For dinner, I was served Daal Bhat with chicken at the tailor’s house. Daal Bhat is a traditional Nepali dish eaten twice a day. Daal means lentil and bhat means rice. Most Nepalis eat this dish, with possibly a few other side vegetable dishes, everyday. Imagine eating the same exact meal twice a day for your entire life. As a Westerner, this can get old fast, but it’s a staple in Nepal, so going out to eat at restaurants is a rare treat, that most can't afford. It was a rather big deal that the family served me chicken, as they only splurge on meat for guests.

The tailor, his sister, his wife and his five kids all lived in a two room shack on a side street off of the main road. They told me that I was their first customer in months. During our conversation, they quickly opened up about their troubles paying rent and paying for food. The two eldest sons spoke English fairly well and made it a point to tell me, “It’s more important to be kind to people than to have money.” When I said that line to ex-Pats, volunteers and others that I met, they rolled their eyes and identified that line as the beginning of free money begging with a twinge of dignity. Talking to more people about their situation made the picture clear that they invited me over with the hope to benefit monetarily.

After leaving Pokhara, I asked the family more questions over e-mail and found out that the two eldest sons had a sponsor sending them to private school. I believe in supporting education not supporting bad business habits, and the family only really wanted to pay their four month rent debt. I even offered a small loan to get the tailor’s sister, who is 20 with a 5th grade education, some training so she could support the family, but they wrote back with "you must be intelligent and rich" to participate in the women's skills development progams. Although they may have been trying to communicate with me, it seemed far fetched to need to be smart and have money to join a women's skills development program. She is waiting to marry a foreigner as she doesn’t want to marry a Nepali and she can barely speak English.

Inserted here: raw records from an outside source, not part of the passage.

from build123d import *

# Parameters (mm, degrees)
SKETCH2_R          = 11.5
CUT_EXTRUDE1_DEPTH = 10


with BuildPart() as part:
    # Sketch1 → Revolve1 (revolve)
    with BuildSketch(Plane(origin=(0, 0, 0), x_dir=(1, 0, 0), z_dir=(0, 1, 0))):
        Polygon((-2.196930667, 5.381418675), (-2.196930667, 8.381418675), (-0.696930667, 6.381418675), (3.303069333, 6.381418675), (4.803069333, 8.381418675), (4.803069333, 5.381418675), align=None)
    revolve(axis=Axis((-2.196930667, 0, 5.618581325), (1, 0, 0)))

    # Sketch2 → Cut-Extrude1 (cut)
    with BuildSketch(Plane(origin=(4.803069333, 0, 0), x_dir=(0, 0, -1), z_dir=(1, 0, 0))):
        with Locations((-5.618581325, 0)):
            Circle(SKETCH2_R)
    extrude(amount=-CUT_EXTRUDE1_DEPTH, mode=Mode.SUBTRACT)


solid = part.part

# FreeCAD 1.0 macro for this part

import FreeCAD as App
import Part
import Sketcher
from FreeCAD import Vector
Q = App.Units.Quantity

doc = App.newDocument("Part")
body = doc.addObject("PartDesign::Body", "Body")

# Sketch on XZ plane
sketch1 = body.newObject("Sketcher::SketchObject", "Sketch")
sketch1.AttachmentSupport = (doc.getObject("XZ_Plane"), [""])
sketch1.MapMode = "FlatFace"
sketch1.addGeometry(Part.LineSegment(Vector(-2.2, -8.4, 0), Vector(-2.2, -5.4, 0)), False)
sketch1.addGeometry(Part.LineSegment(Vector(-2.2, -5.4, 0), Vector(4.8, -5.4, 0)), False)
sketch1.addGeometry(Part.LineSegment(Vector(4.8, -5.4, 0), Vector(4.8, -8.4, 0)), False)
sketch1.addGeometry(Part.LineSegment(Vector(4.8, -8.4, 0), Vector(3.3, -6.4, 0)), False)
sketch1.addGeometry(Part.LineSegment(Vector(3.3, -6.4, 0), Vector(-0.7, -6.4, 0)), False)
sketch1.addGeometry(Part.LineSegment(Vector(-0.7, -6.4, 0), Vector(-2.2, -8.4, 0)), False)
sketch1.addGeometry(Part.LineSegment(Vector(-2.2, 5.6, 0), Vector(4.8, 5.6, 0)), True)  # axis
sketch1.addConstraint(Sketcher.Constraint("Coincident", 0, 2, 1, 1))
sketch1.addConstraint(Sketcher.Constraint("Coincident", 1, 2, 2, 1))
sketch1.addConstraint(Sketcher.Constraint("Coincident", 2, 2, 3, 1))
sketch1.addConstraint(Sketcher.Constraint("Coincident", 3, 2, 4, 1))
sketch1.addConstraint(Sketcher.Constraint("Coincident", 4, 2, 5, 1))
sketch1.addConstraint(Sketcher.Constraint("Coincident", 5, 2, 0, 1))
sketch1.addConstraint(Sketcher.Constraint("Vertical", 0))
sketch1.addConstraint(Sketcher.Constraint("Horizontal", 1))
sketch1.addConstraint(Sketcher.Constraint("Vertical", 2))
sketch1.addConstraint(Sketcher.Constraint("Horizontal", 4))
sketch1.addConstraint(Sketcher.Constraint("Horizontal", 6))
sketch1.addConstraint(Sketcher.Constraint("Horizontal", 2, 2, 5, 2))
sketch1.addConstraint(Sketcher.Constraint("Vertical", 5, 2, 6, 1))
sketch1.addConstraint(Sketcher.Constraint("Vertical", 2, 2, 6, 2))
sketch1.addConstraint(Sketcher.Constraint("Equal", 3, 5))
sketch1.addConstraint(Sketcher.Constraint("DistanceX", 1, 1, 1, 2, Q("7 mm")))
sketch1.addConstraint(Sketcher.Constraint("DistanceX", 4, 2, 4, 1, Q("4 mm")))
sketch1.addConstraint(Sketcher.Constraint("DistanceY", 0, 1, 0, 2, Q("3 mm")))
sketch1.addConstraint(Sketcher.Constraint("DistanceY", 3, 2, 1, 2, Q("1 mm")))
sketch1.addConstraint(Sketcher.Constraint("DistanceY", 0, 2, 6, 1, Q("11 mm")))
sketch1.addConstraint(Sketcher.Constraint("DistanceX", 0, 2, -1, 1, Q("2.196931 mm")))
sketch1.addConstraint(Sketcher.Constraint("DistanceY", 0, 2, -1, 1, Q("5.381419 mm")))
revolution = body.newObject("PartDesign::Revolution", "Revolution")
revolution.Profile = sketch1
revolution.ReferenceAxis = (sketch1, ["Axis0"])
revolution.Angle = 360

# Sketch on YZ plane
sketch2 = body.newObject("Sketcher::SketchObject", "Sketch001")
sketch2.AttachmentSupport = (doc.getObject("YZ_Plane"), [""])
sketch2.MapMode = "FlatFace"
sketch2.AttachmentOffset = App.Placement(Vector(0, 0, 4.803069), App.Rotation())
sketch2.addGeometry(Part.Circle(Vector(0, 6, 0), Vector(0, 0, 1), 12), False)
sketch2.addConstraint(Sketcher.Constraint("PointOnObject", 0, 3, -2))
sketch2.addConstraint(Sketcher.Constraint("Diameter", 0, Q("23 mm")))
sketch2.addConstraint(Sketcher.Constraint("DistanceY", -1, 1, 0, 3, Q("5.618581 mm")))
pocket1 = body.newObject("PartDesign::Pocket", "Pocket")
pocket1.Profile = sketch2
pocket1.Length = 10

doc.recompute()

This is where our cultures are so different. The idea of women becoming independent and self-sustainable is slowly growing in Nepal. I am my grandmother’s granddaughter and my mother’s daughter. My grandmother has survived three husbands and my mother, one. I had learned to be extremely independent when young that the thought of waiting to get married for financial stability made me cringe. Listening to this girl talk about getting married as a way out of being a burden to her brother was heart wrenching. Many Nepali girls get married in arranged marriages starting at 16 and divorce isn’t an option.

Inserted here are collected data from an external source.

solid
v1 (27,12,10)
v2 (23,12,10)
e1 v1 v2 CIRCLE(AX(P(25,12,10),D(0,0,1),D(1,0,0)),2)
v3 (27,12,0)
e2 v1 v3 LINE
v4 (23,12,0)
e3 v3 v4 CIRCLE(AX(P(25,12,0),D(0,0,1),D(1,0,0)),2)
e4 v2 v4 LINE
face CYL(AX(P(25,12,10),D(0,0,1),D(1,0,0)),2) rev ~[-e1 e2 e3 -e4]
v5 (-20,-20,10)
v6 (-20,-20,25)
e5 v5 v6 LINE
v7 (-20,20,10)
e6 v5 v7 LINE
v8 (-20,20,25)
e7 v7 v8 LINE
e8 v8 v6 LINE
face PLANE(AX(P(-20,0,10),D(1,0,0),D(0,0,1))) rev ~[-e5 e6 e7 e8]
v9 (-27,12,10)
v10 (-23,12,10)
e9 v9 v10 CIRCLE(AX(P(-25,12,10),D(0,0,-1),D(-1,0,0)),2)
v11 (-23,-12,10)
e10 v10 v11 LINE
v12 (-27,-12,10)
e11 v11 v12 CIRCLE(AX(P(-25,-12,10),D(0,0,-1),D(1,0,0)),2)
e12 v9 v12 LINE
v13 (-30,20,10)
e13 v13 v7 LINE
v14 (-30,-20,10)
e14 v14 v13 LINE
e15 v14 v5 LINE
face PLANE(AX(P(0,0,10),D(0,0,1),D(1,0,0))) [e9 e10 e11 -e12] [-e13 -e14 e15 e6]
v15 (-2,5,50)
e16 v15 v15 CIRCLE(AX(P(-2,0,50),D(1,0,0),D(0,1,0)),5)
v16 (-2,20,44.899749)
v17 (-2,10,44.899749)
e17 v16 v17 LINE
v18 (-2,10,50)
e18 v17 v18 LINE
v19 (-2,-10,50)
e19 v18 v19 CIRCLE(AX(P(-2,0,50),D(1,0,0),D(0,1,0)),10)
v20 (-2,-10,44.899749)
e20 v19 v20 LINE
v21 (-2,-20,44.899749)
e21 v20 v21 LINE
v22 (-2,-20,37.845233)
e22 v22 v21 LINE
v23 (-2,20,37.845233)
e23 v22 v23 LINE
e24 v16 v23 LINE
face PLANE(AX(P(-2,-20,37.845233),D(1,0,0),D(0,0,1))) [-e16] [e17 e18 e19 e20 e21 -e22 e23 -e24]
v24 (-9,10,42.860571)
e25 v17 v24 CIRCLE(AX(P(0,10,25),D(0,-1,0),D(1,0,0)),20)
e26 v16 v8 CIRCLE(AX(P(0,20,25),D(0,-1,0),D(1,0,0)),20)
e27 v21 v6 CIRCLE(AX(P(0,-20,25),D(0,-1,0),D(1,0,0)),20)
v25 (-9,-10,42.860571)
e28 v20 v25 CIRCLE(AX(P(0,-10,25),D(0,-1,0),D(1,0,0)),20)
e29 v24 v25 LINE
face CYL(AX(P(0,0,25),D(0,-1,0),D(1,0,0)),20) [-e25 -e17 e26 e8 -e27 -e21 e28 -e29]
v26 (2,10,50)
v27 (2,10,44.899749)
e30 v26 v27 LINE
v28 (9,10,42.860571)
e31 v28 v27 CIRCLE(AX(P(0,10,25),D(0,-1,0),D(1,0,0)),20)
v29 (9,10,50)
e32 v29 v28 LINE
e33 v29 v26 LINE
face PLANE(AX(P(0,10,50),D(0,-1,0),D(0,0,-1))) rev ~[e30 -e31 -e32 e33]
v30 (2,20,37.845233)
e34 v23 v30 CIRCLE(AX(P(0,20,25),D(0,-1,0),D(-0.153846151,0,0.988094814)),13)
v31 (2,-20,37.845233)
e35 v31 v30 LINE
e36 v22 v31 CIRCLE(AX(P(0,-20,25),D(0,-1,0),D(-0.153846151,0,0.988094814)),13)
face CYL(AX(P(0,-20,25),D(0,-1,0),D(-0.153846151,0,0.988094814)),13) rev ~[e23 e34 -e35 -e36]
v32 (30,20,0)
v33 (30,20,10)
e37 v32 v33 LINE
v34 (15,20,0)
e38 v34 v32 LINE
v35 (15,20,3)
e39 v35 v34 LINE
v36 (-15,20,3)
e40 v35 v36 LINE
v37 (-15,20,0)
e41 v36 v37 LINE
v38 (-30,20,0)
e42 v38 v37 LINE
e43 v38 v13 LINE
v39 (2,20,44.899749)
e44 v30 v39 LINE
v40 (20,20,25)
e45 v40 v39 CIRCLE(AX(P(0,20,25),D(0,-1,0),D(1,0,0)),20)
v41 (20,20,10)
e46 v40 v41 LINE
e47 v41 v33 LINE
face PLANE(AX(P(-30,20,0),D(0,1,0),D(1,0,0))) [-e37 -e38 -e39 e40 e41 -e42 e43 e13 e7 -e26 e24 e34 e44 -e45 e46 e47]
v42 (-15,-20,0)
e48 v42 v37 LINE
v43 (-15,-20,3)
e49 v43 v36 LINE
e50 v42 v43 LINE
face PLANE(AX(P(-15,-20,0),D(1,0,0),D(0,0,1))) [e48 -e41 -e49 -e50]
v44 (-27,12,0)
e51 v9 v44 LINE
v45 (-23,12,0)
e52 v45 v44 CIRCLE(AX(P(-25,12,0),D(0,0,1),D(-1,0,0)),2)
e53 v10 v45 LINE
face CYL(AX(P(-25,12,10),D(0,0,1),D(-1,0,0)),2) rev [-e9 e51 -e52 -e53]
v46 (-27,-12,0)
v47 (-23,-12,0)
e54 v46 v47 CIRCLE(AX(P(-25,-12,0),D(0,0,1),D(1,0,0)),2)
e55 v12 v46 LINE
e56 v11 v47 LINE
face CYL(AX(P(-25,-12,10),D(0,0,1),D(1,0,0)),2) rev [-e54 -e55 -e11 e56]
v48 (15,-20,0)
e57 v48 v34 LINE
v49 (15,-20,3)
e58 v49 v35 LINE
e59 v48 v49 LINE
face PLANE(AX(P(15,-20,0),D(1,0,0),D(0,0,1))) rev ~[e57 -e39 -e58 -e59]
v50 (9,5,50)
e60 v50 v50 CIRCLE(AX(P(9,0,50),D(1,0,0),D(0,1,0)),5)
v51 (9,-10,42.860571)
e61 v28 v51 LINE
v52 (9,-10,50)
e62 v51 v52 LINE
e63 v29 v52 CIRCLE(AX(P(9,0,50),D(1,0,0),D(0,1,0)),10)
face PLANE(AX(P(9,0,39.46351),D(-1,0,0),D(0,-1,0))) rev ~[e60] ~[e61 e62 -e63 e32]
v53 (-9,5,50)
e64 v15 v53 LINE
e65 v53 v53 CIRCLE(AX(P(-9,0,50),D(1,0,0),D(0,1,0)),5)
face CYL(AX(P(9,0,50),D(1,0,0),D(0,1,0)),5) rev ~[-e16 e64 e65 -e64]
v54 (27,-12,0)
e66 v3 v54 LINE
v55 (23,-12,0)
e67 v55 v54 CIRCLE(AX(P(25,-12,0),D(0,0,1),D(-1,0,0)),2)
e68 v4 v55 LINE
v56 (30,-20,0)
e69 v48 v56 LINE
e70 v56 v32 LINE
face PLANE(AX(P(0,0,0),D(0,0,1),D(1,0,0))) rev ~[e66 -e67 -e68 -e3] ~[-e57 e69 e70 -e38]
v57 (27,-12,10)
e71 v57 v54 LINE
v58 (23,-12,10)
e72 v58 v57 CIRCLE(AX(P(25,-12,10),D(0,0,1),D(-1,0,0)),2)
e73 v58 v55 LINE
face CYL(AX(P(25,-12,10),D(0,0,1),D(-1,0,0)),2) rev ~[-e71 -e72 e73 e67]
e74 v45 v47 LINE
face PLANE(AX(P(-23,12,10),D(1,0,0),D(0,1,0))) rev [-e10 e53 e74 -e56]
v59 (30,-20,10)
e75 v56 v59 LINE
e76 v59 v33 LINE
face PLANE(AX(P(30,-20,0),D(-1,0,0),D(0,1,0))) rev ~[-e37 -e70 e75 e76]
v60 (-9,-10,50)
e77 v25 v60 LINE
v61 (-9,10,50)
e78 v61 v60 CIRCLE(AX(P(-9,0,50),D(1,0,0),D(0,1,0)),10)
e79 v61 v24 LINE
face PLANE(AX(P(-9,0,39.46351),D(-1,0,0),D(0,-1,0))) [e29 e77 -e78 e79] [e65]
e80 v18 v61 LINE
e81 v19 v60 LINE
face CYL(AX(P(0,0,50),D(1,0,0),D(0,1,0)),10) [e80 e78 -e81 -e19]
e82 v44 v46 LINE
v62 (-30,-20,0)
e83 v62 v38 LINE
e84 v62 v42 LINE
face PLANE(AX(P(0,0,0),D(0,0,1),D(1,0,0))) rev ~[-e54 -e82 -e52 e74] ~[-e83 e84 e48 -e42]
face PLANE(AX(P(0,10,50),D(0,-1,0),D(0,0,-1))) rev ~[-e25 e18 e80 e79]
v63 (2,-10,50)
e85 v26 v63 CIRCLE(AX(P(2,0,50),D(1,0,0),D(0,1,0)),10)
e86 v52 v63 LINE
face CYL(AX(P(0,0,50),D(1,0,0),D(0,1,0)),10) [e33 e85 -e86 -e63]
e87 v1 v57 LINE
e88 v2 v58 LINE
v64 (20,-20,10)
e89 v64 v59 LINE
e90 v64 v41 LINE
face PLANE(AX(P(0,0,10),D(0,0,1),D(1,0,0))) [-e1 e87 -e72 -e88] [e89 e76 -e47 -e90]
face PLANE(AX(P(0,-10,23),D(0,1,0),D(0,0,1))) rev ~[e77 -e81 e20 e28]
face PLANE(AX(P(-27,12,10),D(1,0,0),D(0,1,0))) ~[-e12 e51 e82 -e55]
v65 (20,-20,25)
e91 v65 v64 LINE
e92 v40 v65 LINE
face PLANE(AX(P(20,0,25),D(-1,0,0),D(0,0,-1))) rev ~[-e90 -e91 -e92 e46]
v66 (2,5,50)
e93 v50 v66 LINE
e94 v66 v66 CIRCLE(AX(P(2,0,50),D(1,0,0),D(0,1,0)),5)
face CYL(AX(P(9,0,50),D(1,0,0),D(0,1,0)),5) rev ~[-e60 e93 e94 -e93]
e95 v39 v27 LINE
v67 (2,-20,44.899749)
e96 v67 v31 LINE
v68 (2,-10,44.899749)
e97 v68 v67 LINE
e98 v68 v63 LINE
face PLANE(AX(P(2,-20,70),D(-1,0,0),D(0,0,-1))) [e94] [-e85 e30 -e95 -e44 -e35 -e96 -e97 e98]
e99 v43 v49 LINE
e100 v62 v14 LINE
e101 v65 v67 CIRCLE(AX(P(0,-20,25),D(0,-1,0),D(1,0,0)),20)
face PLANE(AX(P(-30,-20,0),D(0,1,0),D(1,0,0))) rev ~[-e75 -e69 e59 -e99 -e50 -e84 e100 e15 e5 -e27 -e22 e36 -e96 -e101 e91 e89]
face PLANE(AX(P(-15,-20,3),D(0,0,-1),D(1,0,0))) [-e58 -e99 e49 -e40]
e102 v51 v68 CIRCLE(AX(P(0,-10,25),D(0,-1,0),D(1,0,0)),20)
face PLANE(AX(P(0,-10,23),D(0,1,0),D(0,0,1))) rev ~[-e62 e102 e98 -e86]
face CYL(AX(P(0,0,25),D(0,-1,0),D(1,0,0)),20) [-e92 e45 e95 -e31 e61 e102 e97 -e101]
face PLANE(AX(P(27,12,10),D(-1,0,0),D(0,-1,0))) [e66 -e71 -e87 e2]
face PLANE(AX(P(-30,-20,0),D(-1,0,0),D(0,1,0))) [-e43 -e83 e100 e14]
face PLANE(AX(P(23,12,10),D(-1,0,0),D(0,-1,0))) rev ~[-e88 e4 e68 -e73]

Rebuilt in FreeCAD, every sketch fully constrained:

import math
import FreeCAD as App
import Part
import Sketcher
from FreeCAD import Vector
Q = App.Units.Quantity

doc = App.newDocument("Part")
body = doc.addObject("PartDesign::Body", "Body")

sketch1 = doc.addObject("Sketcher::SketchObject", "Sketch")
body.addObject(sketch1)
sketch1.AttachmentSupport = (doc.XY_Plane, [""])
sketch1.MapMode = "FlatFace"
sketch1.addGeometry(Part.LineSegment(Vector(-30, 20, 0), Vector(-30, -20, 0)), False)
sketch1.addGeometry(Part.LineSegment(Vector(-30, -20, 0), Vector(30, -20, 0)), False)
sketch1.addGeometry(Part.LineSegment(Vector(30, -20, 0), Vector(30, 20, 0)), False)
sketch1.addGeometry(Part.LineSegment(Vector(30, 20, 0), Vector(-30, 20, 0)), False)
sketch1.addConstraint(Sketcher.Constraint("Coincident", 0, 2, 1, 1))
sketch1.addConstraint(Sketcher.Constraint("Coincident", 1, 2, 2, 1))
sketch1.addConstraint(Sketcher.Constraint("Coincident", 2, 2, 3, 1))
sketch1.addConstraint(Sketcher.Constraint("Coincident", 3, 2, 0, 1))
sketch1.addConstraint(Sketcher.Constraint("Vertical", 0))
sketch1.addConstraint(Sketcher.Constraint("Horizontal", 1))
sketch1.addConstraint(Sketcher.Constraint("Vertical", 2))
sketch1.addConstraint(Sketcher.Constraint("Horizontal", 3))
sketch1.addConstraint(Sketcher.Constraint("Symmetric", 0, 2, 2, 2, -1, 1))
sketch1.addConstraint(Sketcher.Constraint("DistanceX", 1, 1, 1, 2, Q("60 mm")))
sketch1.addConstraint(Sketcher.Constraint("DistanceY", 0, 2, 0, 1, Q("40 mm")))
pad1 = doc.addObject("PartDesign::Pad", "Pad")
body.addObject(pad1)
pad1.Profile = sketch1
pad1.Length = 10

sketch2 = doc.addObject("Sketcher::SketchObject", "Sketch001")
body.addObject(sketch2)
sketch2.AttachmentSupport = (doc.XZ_Plane, [""])
sketch2.MapMode = "FlatFace"
sketch2.addGeometry(Part.LineSegment(Vector(20, 10, 0), Vector(20, 25, 0)), False)
sketch2.addGeometry(Part.ArcOfCircle(Part.Circle(Vector(0, 25, 0), Vector(0, 0, 1), 20), math.radians(0), math.radians(180)), False)
sketch2.addGeometry(Part.LineSegment(Vector(-20, 25, 0), Vector(-20, 10, 0)), False)
sketch2.addGeometry(Part.LineSegment(Vector(-20, 10, 0), Vector(20, 10, 0)), False)
sketch2.addConstraint(Sketcher.Constraint("Tangent", 0, 2, 1, 1))
sketch2.addConstraint(Sketcher.Constraint("Tangent", 1, 2, 2, 1))
sketch2.addConstraint(Sketcher.Constraint("Coincident", 2, 2, 3, 1))
sketch2.addConstraint(Sketcher.Constraint("Coincident", 3, 2, 0, 1))
sketch2.addConstraint(Sketcher.Constraint("Vertical", 0))
sketch2.addConstraint(Sketcher.Constraint("Vertical", 2))
sketch2.addConstraint(Sketcher.Constraint("Horizontal", 3))
sketch2.addConstraint(Sketcher.Constraint("PointOnObject", 1, 3, -2))
sketch2.addConstraint(Sketcher.Constraint("Radius", 1, Q("20 mm")))
sketch2.addConstraint(Sketcher.Constraint("DistanceY", 0, 1, 0, 2, Q("15 mm")))
sketch2.addConstraint(Sketcher.Constraint("DistanceY", -1, 1, 1, 3, Q("25 mm")))
pad2 = doc.addObject("PartDesign::Pad", "Pad001")
body.addObject(pad2)
pad2.Profile = sketch2
pad2.Length = 40
pad2.Midplane = True

sketch3 = doc.addObject("Sketcher::SketchObject", "Sketch002")
body.addObject(sketch3)
sketch3.AttachmentSupport = (doc.YZ_Plane, [""])
sketch3.MapMode = "FlatFace"
sketch3.addGeometry(Part.LineSegment(Vector(-10, 50, 0), Vector(-10, 23, 0)), False)
sketch3.addGeometry(Part.LineSegment(Vector(-10, 23, 0), Vector(10, 23, 0)), False)
sketch3.addGeometry(Part.LineSegment(Vector(10, 23, 0), Vector(10, 50, 0)), False)
sketch3.addGeometry(Part.ArcOfCircle(Part.Circle(Vector(0, 50, 0), Vector(0, 0, 1), 10), math.radians(0), math.radians(180)), False)
sketch3.addConstraint(Sketcher.Constraint("Coincident", 0, 2, 1, 1))
sketch3.addConstraint(Sketcher.Constraint("Coincident", 1, 2, 2, 1))
sketch3.addConstraint(Sketcher.Constraint("Tangent", 2, 2, 3, 1))
sketch3.addConstraint(Sketcher.Constraint("Tangent", 3, 2, 0, 1))
sketch3.addConstraint(Sketcher.Constraint("Vertical", 0))
sketch3.addConstraint(Sketcher.Constraint("Horizontal", 1))
sketch3.addConstraint(Sketcher.Constraint("Vertical", 2))
sketch3.addConstraint(Sketcher.Constraint("PointOnObject", 3, 3, -2))
sketch3.addConstraint(Sketcher.Constraint("Radius", 3, Q("10 mm")))
sketch3.addConstraint(Sketcher.Constraint("DistanceY", 0, 2, 0, 1, Q("27 mm")))
sketch3.addConstraint(Sketcher.Constraint("DistanceY", -1, 1, 3, 3, Q("50 mm")))
pad3 = doc.addObject("PartDesign::Pad", "Pad002")
body.addObject(pad3)
pad3.Profile = sketch3
pad3.Length = 18
pad3.Midplane = True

On the bus home, I sat across from Gillian, a nursing student from Canada. She volunteered for Base Camp International Centres which has its main offices in Toronto and Kathmandu. Base Camp organizes people who want to volunteer and help projects for the long term that need human resources. For example, if you were a nurse or into construction, you could go to Costa Rica or many other countries around the world to help out for a minimum of two months. AHF receives requests all the time from our donors or random people that call in who want to volunteer at the projects and they are consistently turned away. The amount of work, time and money that is needed to organize volunteers is extremely draining. Over the seven hour bus ride, in between naps, we talked about our experiences working for NGOs is Nepal and made plans for the week.